Monday, June 6, 2016

The latest deal in a steady string of mergers and acquisitions in the CRO industry closed at the end of last month, when Amulet Capital Partners bought out SynteractHCR.

SynteractHCR ranks as a top 20 global, full-service CRO focused on phase I to IV clinical trials for emerging to mid-sized biopharma clients in the U.S., Europe and Asia. Based in San Diego, the organization serves 700,000-plus patients, employs some 800 staffers in 21 countries and has contributed to more than 230 product approvals.

“The importance of CROs to the pharmaceutical and biotech industries has grown significantly in the last decade, and the current market dynamic is very favorable for middle-market CROs, particularly those focused on small and mid-sized biopharma clients,” said Ramsey Frank, partner and co-founder of Amulet—a middle-market private equity investment firm based in Greenwich, Connecticut. “SynteractHCR is a leading CRO with global scale and solid earnings momentum, well-positioned to take advantage of the strong long-term growth prospects in the sector.”   

“SynteractHCR’s strategic intitiaves revolve around continuing to invest organically in the business,” said Wendel Barr, CEO of SynteractHCR. “The company has been very successful dealing with mid-sized biopharma, and our focus will be to increase scope and scale, add more therapeutic depth and increase density in more countries.”

The acquisition, the terms of which were not disclosed, was not surprising given SynteractHCR’s steady growth and the consolidation taking place in the CRO industry recently, according to David K. Blume, co-founder and managing director of Edgemont Capital Partners. “I would expect that the company had been approached numerous times over the past few years about an acquisition,” he said.

Synteract was founded in 1995. In 2008, major interest in the company was acquired by Gryphon Investors, a middle-market private equity firm. “When Gryphon acquired Synteract, it was a niche CRO based in California,” said Barr.

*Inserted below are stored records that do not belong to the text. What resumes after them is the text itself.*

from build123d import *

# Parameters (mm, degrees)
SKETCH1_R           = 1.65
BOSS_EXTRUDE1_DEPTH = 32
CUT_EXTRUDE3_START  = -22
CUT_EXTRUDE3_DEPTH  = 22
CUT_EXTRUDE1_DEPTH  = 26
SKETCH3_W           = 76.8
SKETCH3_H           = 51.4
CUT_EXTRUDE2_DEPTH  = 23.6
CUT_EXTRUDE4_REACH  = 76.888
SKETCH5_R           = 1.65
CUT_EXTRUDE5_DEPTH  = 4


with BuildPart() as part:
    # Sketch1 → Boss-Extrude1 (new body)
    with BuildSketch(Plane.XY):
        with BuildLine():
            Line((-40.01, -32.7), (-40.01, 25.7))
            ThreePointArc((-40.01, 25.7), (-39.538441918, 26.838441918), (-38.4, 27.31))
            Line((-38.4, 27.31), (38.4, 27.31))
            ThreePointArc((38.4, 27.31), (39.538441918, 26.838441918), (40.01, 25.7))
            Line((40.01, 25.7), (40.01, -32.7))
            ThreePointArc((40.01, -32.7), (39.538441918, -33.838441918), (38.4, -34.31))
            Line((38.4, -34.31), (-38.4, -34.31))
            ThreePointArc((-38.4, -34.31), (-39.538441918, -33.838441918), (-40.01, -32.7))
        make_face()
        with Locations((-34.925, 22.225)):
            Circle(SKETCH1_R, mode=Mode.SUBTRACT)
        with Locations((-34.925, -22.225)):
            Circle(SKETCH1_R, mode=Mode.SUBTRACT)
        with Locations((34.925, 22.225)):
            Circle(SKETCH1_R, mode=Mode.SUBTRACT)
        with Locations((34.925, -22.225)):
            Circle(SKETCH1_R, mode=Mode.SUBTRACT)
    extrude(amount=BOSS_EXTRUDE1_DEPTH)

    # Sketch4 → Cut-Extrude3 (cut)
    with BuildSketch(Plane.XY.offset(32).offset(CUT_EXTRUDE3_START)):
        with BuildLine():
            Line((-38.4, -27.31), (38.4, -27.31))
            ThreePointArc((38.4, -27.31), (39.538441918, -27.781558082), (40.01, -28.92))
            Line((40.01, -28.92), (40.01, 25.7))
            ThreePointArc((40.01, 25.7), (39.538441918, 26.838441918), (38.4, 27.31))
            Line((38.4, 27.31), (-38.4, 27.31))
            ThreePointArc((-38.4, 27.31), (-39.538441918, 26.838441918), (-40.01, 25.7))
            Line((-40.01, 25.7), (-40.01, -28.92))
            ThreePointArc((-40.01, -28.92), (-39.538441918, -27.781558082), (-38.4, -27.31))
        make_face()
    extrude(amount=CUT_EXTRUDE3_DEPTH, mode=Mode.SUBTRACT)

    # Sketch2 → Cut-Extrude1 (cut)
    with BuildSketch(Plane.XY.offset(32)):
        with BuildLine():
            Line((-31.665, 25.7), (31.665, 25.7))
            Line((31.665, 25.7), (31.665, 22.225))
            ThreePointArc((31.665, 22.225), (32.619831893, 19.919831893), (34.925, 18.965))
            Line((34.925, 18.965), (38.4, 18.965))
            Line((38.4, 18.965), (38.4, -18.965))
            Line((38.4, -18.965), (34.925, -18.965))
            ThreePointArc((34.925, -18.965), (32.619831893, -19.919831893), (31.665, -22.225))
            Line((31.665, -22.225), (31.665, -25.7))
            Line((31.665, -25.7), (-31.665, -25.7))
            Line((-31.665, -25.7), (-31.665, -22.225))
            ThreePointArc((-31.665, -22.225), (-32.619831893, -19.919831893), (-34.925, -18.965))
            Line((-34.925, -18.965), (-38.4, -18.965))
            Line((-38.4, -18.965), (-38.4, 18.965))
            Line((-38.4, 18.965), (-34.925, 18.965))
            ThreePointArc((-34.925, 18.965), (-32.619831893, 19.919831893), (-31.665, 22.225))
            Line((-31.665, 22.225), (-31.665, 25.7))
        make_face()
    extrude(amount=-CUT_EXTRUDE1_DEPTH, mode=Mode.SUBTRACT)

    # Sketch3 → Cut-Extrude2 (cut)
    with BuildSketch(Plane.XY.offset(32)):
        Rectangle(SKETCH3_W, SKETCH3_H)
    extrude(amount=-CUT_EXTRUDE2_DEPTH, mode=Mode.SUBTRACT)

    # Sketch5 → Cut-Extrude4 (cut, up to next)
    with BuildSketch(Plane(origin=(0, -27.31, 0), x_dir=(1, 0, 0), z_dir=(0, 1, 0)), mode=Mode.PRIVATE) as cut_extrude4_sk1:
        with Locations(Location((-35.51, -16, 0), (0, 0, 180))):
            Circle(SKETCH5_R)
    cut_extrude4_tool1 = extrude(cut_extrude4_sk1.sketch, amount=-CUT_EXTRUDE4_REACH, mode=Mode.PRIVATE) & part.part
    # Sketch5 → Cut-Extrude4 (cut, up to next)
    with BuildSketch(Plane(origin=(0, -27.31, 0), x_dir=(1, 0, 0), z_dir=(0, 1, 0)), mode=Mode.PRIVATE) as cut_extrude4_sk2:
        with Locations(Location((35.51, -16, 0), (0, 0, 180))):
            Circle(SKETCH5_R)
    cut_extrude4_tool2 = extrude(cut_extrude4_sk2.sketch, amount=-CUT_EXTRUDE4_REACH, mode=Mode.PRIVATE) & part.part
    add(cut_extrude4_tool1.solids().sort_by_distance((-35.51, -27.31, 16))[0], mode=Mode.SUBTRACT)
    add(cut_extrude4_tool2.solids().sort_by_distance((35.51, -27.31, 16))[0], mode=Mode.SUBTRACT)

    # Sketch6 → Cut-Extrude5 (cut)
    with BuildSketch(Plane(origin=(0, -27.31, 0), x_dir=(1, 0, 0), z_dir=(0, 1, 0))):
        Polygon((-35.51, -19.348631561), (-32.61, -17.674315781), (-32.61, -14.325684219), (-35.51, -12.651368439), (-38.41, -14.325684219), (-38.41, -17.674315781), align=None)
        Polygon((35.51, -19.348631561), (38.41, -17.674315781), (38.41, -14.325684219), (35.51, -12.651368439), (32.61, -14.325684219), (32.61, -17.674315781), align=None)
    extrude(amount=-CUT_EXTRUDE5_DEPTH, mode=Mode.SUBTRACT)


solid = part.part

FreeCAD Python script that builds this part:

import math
import FreeCAD as App
import Part
import Sketcher

V = App.Vector
Q = App.Units.Quantity


def add_polygon(sketch, points):
    """Adds a closed chain of lines whose ends are joined by coincident constraints."""
    first, n = sketch.GeometryCount, len(points)
    for a, b in zip(points, points[1:] + points[:1]):
        sketch.addGeometry(Part.LineSegment(App.Vector(*a, 0), App.Vector(*b, 0)), False)
    for i in range(n):
        sketch.addConstraint(Sketcher.Constraint("Coincident", first + i, 2, first + (i + 1) % n, 1))

doc = App.newDocument("Part")
params = doc.addObject("Spreadsheet::Sheet", "Params")
for row, (alias, value) in enumerate([
    ("sketch1_diameter", "3.3 mm"),
    ("sketch1_radius", "1.61 mm"),
    ("sketch1_width", "76.8 mm"),
    ("sketch1_height", "58.4 mm"),
    ("pad1_length", "32 mm"),
    ("sketch2_radius", "1.61 mm"),
    ("sketch2_width", "76.8 mm"),
    ("sketch2_height", "54.62 mm"),
    ("pocket1_length", "22 mm"),
    ("sketch3_radius", "3.26 mm"),
    ("sketch3_width", "63.33 mm"),
    ("sketch3_height", "37.93 mm"),
    ("pocket2_length", "26 mm"),
    ("sketch4_width", "76.8 mm"),
    ("sketch4_height", "51.4 mm"),
    ("pocket3_length", "23.6 mm"),
    ("sketch5_diameter", "3.3 mm"),
    ("sketch6_diameter", "3.3 mm"),
    ("pocket6_length", "4 mm"),
], start=1):
    params.set(f"A{row}", alias)
    params.set(f"B{row}", "=" + value)
    params.setAlias(f"B{row}", alias)

body = doc.addObject("PartDesign::Body", "Body")

# Sketch on XY plane
sketch1 = body.newObject("Sketcher::SketchObject", "Sketch")
sketch1.AttachmentSupport = (doc.getObject("XY_Plane"), [""])
sketch1.MapMode = "FlatFace"
sketch1.addGeometry([
    Part.LineSegment(V(-40, 25.7, 0), V(-40, -32.7, 0)),  # 0
    Part.ArcOfCircle(Part.Circle(V(-38.4, -32.7, 0), V(0, 0, 1), 1.6), math.radians(180), math.radians(270)),  # 1
    Part.LineSegment(V(-38.4, -34.3, 0), V(38.4, -34.3, 0)),  # 2
    Part.ArcOfCircle(Part.Circle(V(38.4, -32.7, 0), V(0, 0, 1), 1.6), math.radians(-90), math.radians(0)),  # 3
    Part.LineSegment(V(40, -32.7, 0), V(40, 25.7, 0)),  # 4
    Part.ArcOfCircle(Part.Circle(V(38.4, 25.7, 0), V(0, 0, 1), 1.6), math.radians(0), math.radians(90)),  # 5
    Part.LineSegment(V(38.4, 27.3, 0), V(-38.4, 27.3, 0)),  # 6
    Part.ArcOfCircle(Part.Circle(V(-38.4, 25.7, 0), V(0, 0, 1), 1.6), math.radians(90), math.radians(180)),  # 7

With Gryphon’s support, Synteract began expanding, and by 2011 the company had earned a spot on Inc. magazine’s Inc. 5,000 list of America’s fastest-growing private U.S. companies. When the company acquired Harrison Clinical Research in 2013 to become SynteractHCR, it grew from having “little presence internationally to being in the European market in a big way,” said Barr. By 2014, SynteractHCR was conducting clinical trials in more than 60 countries.

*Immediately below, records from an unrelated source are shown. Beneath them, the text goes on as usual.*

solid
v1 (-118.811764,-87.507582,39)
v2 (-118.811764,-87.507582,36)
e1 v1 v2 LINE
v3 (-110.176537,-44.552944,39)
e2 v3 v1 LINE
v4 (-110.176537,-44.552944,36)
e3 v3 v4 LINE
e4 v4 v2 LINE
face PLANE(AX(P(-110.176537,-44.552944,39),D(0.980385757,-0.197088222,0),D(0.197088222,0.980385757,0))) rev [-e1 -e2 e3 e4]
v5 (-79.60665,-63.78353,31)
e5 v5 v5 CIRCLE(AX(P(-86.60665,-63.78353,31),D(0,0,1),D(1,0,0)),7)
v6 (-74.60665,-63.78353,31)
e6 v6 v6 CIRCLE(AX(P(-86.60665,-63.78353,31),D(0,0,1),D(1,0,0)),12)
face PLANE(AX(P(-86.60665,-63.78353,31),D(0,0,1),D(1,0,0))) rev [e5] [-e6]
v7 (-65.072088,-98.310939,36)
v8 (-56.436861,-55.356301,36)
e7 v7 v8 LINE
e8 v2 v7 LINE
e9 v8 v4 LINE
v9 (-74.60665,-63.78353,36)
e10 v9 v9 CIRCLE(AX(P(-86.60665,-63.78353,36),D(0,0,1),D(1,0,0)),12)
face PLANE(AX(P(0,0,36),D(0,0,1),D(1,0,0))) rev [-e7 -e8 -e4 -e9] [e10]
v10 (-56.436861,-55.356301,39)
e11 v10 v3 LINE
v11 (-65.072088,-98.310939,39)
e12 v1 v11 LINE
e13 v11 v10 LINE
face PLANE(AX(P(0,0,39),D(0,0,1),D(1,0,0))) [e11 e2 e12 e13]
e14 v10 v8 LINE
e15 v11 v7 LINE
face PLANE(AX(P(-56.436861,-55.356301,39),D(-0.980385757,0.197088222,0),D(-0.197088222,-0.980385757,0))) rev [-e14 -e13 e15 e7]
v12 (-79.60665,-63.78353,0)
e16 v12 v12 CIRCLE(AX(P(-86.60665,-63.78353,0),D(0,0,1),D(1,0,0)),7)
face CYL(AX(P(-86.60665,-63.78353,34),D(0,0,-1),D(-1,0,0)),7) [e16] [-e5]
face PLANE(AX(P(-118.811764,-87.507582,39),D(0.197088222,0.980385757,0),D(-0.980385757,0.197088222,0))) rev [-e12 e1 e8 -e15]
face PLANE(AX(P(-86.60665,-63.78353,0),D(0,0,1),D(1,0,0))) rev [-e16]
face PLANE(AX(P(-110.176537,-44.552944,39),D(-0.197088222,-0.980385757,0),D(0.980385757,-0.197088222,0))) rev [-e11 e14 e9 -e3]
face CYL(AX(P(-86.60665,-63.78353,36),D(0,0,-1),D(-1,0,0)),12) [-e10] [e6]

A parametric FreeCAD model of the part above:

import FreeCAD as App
import Part
import Sketcher

V = App.Vector
Q = App.Units.Quantity


def add_polygon(sketch, points):
    """Adds a closed chain of lines whose ends are joined by coincident constraints."""
    first, n = sketch.GeometryCount, len(points)
    for a, b in zip(points, points[1:] + points[:1]):
        sketch.addGeometry(Part.LineSegment(App.Vector(*a, 0), App.Vector(*b, 0)), False)
    for i in range(n):
        sketch.addConstraint(Sketcher.Constraint("Coincident", first + i, 2, first + (i + 1) % n, 1))

doc = App.newDocument("Part")
body = doc.addObject("PartDesign::Body", "Body")

# Sketch on XY plane
sketch1 = body.newObject("Sketcher::SketchObject", "Sketch")
sketch1.AttachmentSupport = (doc.getObject("XY_Plane"), [""])
sketch1.MapMode = "FlatFace"
sketch1.addGeometry(Part.Circle(V(-87, -64, 0), V(0, 0, 1), 7), False)
sketch1.addConstraint([
    Sketcher.Constraint("Diameter", 0, Q("14 mm")),
    Sketcher.Constraint("DistanceX", 0, 3, -1, 1, Q("86.60665 mm")),
    Sketcher.Constraint("DistanceY", 0, 3, -1, 1, Q("63.78353 mm")),
])
pad1 = body.newObject("PartDesign::Pad", "Pad")
pad1.Profile = sketch1
pad1.Length = 34

# Sketch on XY plane
sketch2 = body.newObject("Sketcher::SketchObject", "Sketch001")
sketch2.AttachmentSupport = (doc.getObject("XY_Plane"), [""])
sketch2.MapMode = "FlatFace"
sketch2.AttachmentOffset = App.Placement(V(0, 0, 34), App.Rotation())
sketch2.addGeometry(Part.Circle(V(-87, -64, 0), V(0, 0, 1), 12), False)
sketch2.addConstraint([
    Sketcher.Constraint("Diameter", 0, Q("24 mm")),
    Sketcher.Constraint("DistanceX", 0, 3, -1, 1, Q("86.60665 mm")),
    Sketcher.Constraint("DistanceY", 0, 3, -1, 1, Q("63.78353 mm")),
])
pad2 = body.newObject("PartDesign::Pad", "Pad001")
pad2.Profile = sketch2
pad2.Type = "TwoLengths"
pad2.Length = 2
pad2.Length2 = 3

# Sketch on XY plane
sketch3 = body.newObject("Sketcher::SketchObject", "Sketch002")
sketch3.AttachmentSupport = (doc.getObject("XY_Plane"), [""])
sketch3.MapMode = "FlatFace"
sketch3.AttachmentOffset = App.Placement(V(0, 0, 36), App.Rotation())
add_polygon(sketch3, [(-56, -55), (-110, -45), (-119, -88), (-65, -98)])  # lines 0-3
sketch3.addConstraint([
    Sketcher.Constraint("Perpendicular", 0, 1),
    Sketcher.Constraint("Perpendicular", 1, 2),
    Sketcher.Constraint("Perpendicular", 2, 3),
    Sketcher.Constraint("DistanceY", 3, 2, -1, 1, Q("55.356301 mm")),
    Sketcher.Constraint("DistanceY", 2, 2, -1, 1, Q("98.310939 mm")),
    Sketcher.Constraint("DistanceX", 3, 2, -1, 1, Q("56.436861 mm")),
    Sketcher.Constraint("DistanceX", 0, 2, 2, 2, Q("45.10445 mm")),
    Sketcher.Constraint("DistanceY", 1, 2, 3, 2, Q("32.151281 mm")),
])
pad3 = body.newObject("PartDesign::Pad", "Pad002")
pad3.Profile = sketch3
pad3.Length = 3

doc.recompute()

Amulet’s acquisition of SynteractHCR reflects the changing landscape of the CRO industry, with M&As occurring at a fairly regular clip. Earlier in the month, Quintiles Transnational and IMS Health announced an all-stock merger of equals—a transaction that ranks as the largest CRO merger in history. The combined equity market capitalization of the two companies is more than $17.6 billion, and the enterprise value is more than $23 billion. The landmark deal was preceded by Laboratory Corporation of America’s (LabCorp) buyout of Covance in February 2015 for $6.2 billion.

Rumors that more deals are in the works have also surfaced in recent months. Speculation that LabCorp is in preliminary talks to buy INC Research has circulated throughout the industry for weeks. Based in Raleigh, North Carolina, INC Research is a pharmaceutical research organization valued at $2.75 billion.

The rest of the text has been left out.